**Work required:**
Transcribe the stretch of entries below from the line with "#109=CARTESIAN_POINT('',(11.,0.,0.));" through the line with "#176=CYLINDRICAL_SURFACE('',#88,6.3);", exactly and with both ends included; leave out all other lines.

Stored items
------------------------------------------------------------------------

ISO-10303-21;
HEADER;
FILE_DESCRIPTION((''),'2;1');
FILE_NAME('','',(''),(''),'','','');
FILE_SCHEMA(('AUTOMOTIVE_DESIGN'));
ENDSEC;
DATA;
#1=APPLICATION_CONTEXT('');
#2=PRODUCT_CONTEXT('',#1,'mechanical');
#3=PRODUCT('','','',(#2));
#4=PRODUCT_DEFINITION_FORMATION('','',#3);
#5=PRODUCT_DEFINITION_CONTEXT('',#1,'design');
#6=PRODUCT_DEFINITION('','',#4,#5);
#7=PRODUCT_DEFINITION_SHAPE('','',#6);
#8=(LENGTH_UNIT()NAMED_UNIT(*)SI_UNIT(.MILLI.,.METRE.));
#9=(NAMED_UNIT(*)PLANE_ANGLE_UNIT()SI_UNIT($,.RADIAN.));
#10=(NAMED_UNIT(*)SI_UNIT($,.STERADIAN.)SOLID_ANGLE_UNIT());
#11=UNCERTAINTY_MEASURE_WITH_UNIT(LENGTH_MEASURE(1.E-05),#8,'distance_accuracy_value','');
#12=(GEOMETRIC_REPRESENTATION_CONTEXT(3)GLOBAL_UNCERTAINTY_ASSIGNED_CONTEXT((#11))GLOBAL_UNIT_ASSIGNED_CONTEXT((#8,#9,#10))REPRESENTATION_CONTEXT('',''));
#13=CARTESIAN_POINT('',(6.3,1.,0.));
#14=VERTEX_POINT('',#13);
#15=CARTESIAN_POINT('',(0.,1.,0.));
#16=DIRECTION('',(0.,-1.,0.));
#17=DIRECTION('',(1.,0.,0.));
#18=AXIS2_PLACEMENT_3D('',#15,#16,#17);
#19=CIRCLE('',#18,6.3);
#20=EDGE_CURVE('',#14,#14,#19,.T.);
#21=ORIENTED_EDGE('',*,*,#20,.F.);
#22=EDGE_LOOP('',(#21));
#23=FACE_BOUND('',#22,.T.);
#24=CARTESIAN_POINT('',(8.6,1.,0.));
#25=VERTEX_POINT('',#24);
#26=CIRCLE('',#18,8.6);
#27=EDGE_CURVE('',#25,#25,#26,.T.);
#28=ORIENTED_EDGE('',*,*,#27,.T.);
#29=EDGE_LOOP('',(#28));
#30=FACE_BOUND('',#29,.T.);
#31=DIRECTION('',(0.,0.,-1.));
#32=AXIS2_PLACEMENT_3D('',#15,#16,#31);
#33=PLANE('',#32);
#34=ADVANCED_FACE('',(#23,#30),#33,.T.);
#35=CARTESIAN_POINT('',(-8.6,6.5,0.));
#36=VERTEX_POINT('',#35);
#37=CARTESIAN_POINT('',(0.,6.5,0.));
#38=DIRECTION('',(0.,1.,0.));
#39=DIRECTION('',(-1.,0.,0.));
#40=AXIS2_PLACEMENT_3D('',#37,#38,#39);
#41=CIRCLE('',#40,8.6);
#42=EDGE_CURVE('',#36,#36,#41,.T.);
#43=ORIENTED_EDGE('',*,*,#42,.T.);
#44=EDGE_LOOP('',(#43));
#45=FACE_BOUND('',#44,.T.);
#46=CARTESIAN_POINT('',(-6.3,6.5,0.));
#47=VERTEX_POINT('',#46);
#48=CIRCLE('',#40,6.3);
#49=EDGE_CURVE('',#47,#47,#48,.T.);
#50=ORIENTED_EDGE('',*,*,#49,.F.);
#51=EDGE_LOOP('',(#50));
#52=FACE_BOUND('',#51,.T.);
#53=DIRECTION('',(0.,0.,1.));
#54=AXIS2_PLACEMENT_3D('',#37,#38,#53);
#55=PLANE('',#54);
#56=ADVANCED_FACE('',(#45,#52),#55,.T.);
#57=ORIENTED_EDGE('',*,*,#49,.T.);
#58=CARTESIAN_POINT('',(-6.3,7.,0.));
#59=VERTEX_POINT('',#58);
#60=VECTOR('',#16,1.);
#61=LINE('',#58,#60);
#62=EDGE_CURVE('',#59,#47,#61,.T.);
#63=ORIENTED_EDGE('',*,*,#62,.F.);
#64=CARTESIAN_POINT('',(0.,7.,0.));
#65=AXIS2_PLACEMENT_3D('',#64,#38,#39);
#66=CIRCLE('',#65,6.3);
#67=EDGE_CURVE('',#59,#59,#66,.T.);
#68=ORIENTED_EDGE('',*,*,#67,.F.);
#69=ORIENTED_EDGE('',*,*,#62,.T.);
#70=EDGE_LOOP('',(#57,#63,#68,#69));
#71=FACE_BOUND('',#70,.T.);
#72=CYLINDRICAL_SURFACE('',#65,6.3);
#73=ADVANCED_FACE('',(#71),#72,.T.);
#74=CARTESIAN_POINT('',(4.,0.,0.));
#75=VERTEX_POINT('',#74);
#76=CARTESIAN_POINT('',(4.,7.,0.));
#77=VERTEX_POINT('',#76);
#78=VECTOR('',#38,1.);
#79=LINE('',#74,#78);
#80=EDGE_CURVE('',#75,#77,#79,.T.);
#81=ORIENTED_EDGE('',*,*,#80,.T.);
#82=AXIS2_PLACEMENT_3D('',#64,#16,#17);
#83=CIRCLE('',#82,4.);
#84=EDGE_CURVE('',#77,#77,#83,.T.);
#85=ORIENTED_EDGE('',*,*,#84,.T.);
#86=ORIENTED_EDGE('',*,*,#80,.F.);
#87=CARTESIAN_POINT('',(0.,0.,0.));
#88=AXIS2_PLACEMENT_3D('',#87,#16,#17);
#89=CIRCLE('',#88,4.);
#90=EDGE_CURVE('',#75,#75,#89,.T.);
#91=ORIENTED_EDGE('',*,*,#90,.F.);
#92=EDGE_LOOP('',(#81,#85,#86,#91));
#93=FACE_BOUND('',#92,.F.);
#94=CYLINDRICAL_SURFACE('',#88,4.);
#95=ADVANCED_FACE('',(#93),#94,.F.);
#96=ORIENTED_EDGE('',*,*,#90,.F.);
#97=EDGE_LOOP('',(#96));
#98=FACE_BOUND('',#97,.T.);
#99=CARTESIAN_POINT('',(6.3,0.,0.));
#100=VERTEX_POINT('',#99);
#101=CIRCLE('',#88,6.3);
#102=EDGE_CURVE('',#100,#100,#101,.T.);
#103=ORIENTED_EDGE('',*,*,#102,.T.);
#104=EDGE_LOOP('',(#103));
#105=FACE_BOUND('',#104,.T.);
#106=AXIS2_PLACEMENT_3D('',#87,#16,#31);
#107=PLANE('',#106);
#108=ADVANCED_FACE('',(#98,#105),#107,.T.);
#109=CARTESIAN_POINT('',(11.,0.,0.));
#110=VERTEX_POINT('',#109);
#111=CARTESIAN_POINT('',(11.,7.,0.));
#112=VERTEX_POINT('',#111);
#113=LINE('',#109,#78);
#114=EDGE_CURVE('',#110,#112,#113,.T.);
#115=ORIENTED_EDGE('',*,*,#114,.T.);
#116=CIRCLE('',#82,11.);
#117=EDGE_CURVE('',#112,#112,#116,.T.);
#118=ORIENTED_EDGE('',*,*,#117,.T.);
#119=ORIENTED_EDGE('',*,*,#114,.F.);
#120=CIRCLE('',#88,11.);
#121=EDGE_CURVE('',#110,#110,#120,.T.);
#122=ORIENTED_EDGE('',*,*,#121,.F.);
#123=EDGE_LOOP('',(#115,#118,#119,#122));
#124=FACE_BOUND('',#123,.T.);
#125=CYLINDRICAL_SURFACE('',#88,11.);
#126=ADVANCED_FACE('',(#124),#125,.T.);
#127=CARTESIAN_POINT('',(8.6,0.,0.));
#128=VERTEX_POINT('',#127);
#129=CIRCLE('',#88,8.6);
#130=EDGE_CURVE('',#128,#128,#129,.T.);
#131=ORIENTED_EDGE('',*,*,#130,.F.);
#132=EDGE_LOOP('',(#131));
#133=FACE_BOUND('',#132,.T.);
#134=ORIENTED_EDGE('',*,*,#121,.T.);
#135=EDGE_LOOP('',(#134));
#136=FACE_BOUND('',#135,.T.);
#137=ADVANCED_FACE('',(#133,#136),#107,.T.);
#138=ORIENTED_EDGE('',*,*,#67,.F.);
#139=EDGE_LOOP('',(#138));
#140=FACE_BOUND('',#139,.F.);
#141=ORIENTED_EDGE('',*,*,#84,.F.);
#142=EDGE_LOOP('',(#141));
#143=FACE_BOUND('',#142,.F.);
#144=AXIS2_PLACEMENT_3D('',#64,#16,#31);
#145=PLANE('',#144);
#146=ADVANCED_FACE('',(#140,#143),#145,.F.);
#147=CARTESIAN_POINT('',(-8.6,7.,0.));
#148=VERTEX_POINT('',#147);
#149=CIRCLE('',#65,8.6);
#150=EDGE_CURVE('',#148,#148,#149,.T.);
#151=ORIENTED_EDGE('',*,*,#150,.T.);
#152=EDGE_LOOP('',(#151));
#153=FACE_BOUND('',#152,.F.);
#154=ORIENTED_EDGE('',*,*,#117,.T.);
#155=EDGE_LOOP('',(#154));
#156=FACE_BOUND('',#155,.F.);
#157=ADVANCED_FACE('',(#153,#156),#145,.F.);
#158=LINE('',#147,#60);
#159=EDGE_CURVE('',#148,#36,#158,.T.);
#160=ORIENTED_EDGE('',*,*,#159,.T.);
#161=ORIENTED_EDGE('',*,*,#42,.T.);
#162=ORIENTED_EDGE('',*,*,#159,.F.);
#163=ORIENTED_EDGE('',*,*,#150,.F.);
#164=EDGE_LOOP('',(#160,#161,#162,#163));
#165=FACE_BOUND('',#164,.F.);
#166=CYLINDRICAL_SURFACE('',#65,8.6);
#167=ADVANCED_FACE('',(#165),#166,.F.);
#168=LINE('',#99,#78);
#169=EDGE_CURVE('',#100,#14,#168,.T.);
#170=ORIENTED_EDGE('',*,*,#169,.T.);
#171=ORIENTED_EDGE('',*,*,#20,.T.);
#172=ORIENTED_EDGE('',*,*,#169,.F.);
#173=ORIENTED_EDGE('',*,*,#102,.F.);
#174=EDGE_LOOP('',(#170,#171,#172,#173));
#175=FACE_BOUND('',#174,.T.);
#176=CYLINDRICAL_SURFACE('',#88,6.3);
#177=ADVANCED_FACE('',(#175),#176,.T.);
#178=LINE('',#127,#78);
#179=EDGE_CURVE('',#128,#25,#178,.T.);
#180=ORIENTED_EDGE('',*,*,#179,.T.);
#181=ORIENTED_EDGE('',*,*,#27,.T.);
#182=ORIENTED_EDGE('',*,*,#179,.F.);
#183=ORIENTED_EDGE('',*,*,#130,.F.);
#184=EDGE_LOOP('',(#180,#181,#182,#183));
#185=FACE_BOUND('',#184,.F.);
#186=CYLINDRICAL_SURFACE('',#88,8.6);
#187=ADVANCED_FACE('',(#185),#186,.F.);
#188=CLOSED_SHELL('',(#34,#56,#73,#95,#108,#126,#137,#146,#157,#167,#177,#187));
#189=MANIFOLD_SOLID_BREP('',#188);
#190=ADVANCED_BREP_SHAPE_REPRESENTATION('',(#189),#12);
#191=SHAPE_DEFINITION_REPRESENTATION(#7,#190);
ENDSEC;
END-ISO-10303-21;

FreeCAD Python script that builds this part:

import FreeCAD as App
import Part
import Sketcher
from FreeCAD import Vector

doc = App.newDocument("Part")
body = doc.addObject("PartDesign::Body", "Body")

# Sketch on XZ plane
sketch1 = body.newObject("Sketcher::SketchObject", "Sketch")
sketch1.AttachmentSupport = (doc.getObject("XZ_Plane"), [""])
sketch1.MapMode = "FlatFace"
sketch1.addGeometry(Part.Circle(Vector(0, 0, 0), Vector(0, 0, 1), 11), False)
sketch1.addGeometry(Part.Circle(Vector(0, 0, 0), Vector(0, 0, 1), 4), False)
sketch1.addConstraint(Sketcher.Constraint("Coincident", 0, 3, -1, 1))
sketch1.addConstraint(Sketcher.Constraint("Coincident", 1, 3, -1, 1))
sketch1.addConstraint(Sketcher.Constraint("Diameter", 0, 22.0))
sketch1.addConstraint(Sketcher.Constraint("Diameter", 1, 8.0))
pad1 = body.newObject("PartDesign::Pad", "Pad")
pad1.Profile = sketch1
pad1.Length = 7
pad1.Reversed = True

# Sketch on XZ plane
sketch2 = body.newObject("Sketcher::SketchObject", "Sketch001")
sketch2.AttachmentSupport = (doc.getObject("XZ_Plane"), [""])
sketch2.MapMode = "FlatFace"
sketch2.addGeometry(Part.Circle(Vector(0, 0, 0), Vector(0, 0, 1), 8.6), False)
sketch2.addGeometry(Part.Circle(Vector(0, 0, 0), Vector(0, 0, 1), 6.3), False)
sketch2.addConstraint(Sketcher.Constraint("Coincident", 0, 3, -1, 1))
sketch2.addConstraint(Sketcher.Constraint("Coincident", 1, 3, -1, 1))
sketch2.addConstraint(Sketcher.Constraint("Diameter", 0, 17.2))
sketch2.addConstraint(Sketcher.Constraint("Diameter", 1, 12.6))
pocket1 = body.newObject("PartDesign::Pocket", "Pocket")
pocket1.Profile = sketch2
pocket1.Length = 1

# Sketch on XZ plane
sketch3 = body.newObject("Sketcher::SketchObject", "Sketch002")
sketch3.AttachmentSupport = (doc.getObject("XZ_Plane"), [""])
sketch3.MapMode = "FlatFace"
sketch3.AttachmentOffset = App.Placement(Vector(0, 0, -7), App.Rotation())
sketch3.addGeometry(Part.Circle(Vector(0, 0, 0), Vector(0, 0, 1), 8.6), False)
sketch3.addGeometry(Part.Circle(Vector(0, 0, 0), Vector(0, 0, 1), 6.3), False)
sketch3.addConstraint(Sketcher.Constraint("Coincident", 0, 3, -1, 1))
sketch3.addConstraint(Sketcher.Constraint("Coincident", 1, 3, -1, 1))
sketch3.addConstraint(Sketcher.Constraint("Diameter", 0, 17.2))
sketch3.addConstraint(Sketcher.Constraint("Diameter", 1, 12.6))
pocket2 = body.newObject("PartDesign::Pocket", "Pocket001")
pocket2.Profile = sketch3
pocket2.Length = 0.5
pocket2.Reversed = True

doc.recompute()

------------------------------------------------------------------------

**Exercise answer:**
#109=CARTESIAN_POINT('',(11.,0.,0.));
#110=VERTEX_POINT('',#109);
#111=CARTESIAN_POINT('',(11.,7.,0.));
#112=VERTEX_POINT('',#111);
#113=LINE('',#109,#78);
#114=EDGE_CURVE('',#110,#112,#113,.T.);
#115=ORIENTED_EDGE('',*,*,#114,.T.);
#116=CIRCLE('',#82,11.);
#117=EDGE_CURVE('',#112,#112,#116,.T.);
#118=ORIENTED_EDGE('',*,*,#117,.T.);
#119=ORIENTED_EDGE('',*,*,#114,.F.);
#120=CIRCLE('',#88,11.);
#121=EDGE_CURVE('',#110,#110,#120,.T.);
#122=ORIENTED_EDGE('',*,*,#121,.F.);
#123=EDGE_LOOP('',(#115,#118,#119,#122));
#124=FACE_BOUND('',#123,.T.);
#125=CYLINDRICAL_SURFACE('',#88,11.);
#126=ADVANCED_FACE('',(#124),#125,.T.);
#127=CARTESIAN_POINT('',(8.6,0.,0.));
#128=VERTEX_POINT('',#127);
#129=CIRCLE('',#88,8.6);
#130=EDGE_CURVE('',#128,#128,#129,.T.);
#131=ORIENTED_EDGE('',*,*,#130,.F.);
#132=EDGE_LOOP('',(#131));
#133=FACE_BOUND('',#132,.T.);
#134=ORIENTED_EDGE('',*,*,#121,.T.);
#135=EDGE_LOOP('',(#134));
#136=FACE_BOUND('',#135,.T.);
#137=ADVANCED_FACE('',(#133,#136),#107,.T.);
#138=ORIENTED_EDGE('',*,*,#67,.F.);
#139=EDGE_LOOP('',(#138));
#140=FACE_BOUND('',#139,.F.);
#141=ORIENTED_EDGE('',*,*,#84,.F.);
#142=EDGE_LOOP('',(#141));
#143=FACE_BOUND('',#142,.F.);
#144=AXIS2_PLACEMENT_3D('',#64,#16,#31);
#145=PLANE('',#144);
#146=ADVANCED_FACE('',(#140,#143),#145,.F.);
#147=CARTESIAN_POINT('',(-8.6,7.,0.));
#148=VERTEX_POINT('',#147);
#149=CIRCLE('',#65,8.6);
#150=EDGE_CURVE('',#148,#148,#149,.T.);
#151=ORIENTED_EDGE('',*,*,#150,.T.);
#152=EDGE_LOOP('',(#151));
#153=FACE_BOUND('',#152,.F.);
#154=ORIENTED_EDGE('',*,*,#117,.T.);
#155=EDGE_LOOP('',(#154));
#156=FACE_BOUND('',#155,.F.);
#157=ADVANCED_FACE('',(#153,#156),#145,.F.);
#158=LINE('',#147,#60);
#159=EDGE_CURVE('',#148,#36,#158,.T.);
#160=ORIENTED_EDGE('',*,*,#159,.T.);
#161=ORIENTED_EDGE('',*,*,#42,.T.);
#162=ORIENTED_EDGE('',*,*,#159,.F.);
#163=ORIENTED_EDGE('',*,*,#150,.F.);
#164=EDGE_LOOP('',(#160,#161,#162,#163));
#165=FACE_BOUND('',#164,.F.);
#166=CYLINDRICAL_SURFACE('',#65,8.6);
#167=ADVANCED_FACE('',(#165),#166,.F.);
#168=LINE('',#99,#78);
#169=EDGE_CURVE('',#100,#14,#168,.T.);
#170=ORIENTED_EDGE('',*,*,#169,.T.);
#171=ORIENTED_EDGE('',*,*,#20,.T.);
#172=ORIENTED_EDGE('',*,*,#169,.F.);
#173=ORIENTED_EDGE('',*,*,#102,.F.);
#174=EDGE_LOOP('',(#170,#171,#172,#173));
#175=FACE_BOUND('',#174,.T.);
#176=CYLINDRICAL_SURFACE('',#88,6.3);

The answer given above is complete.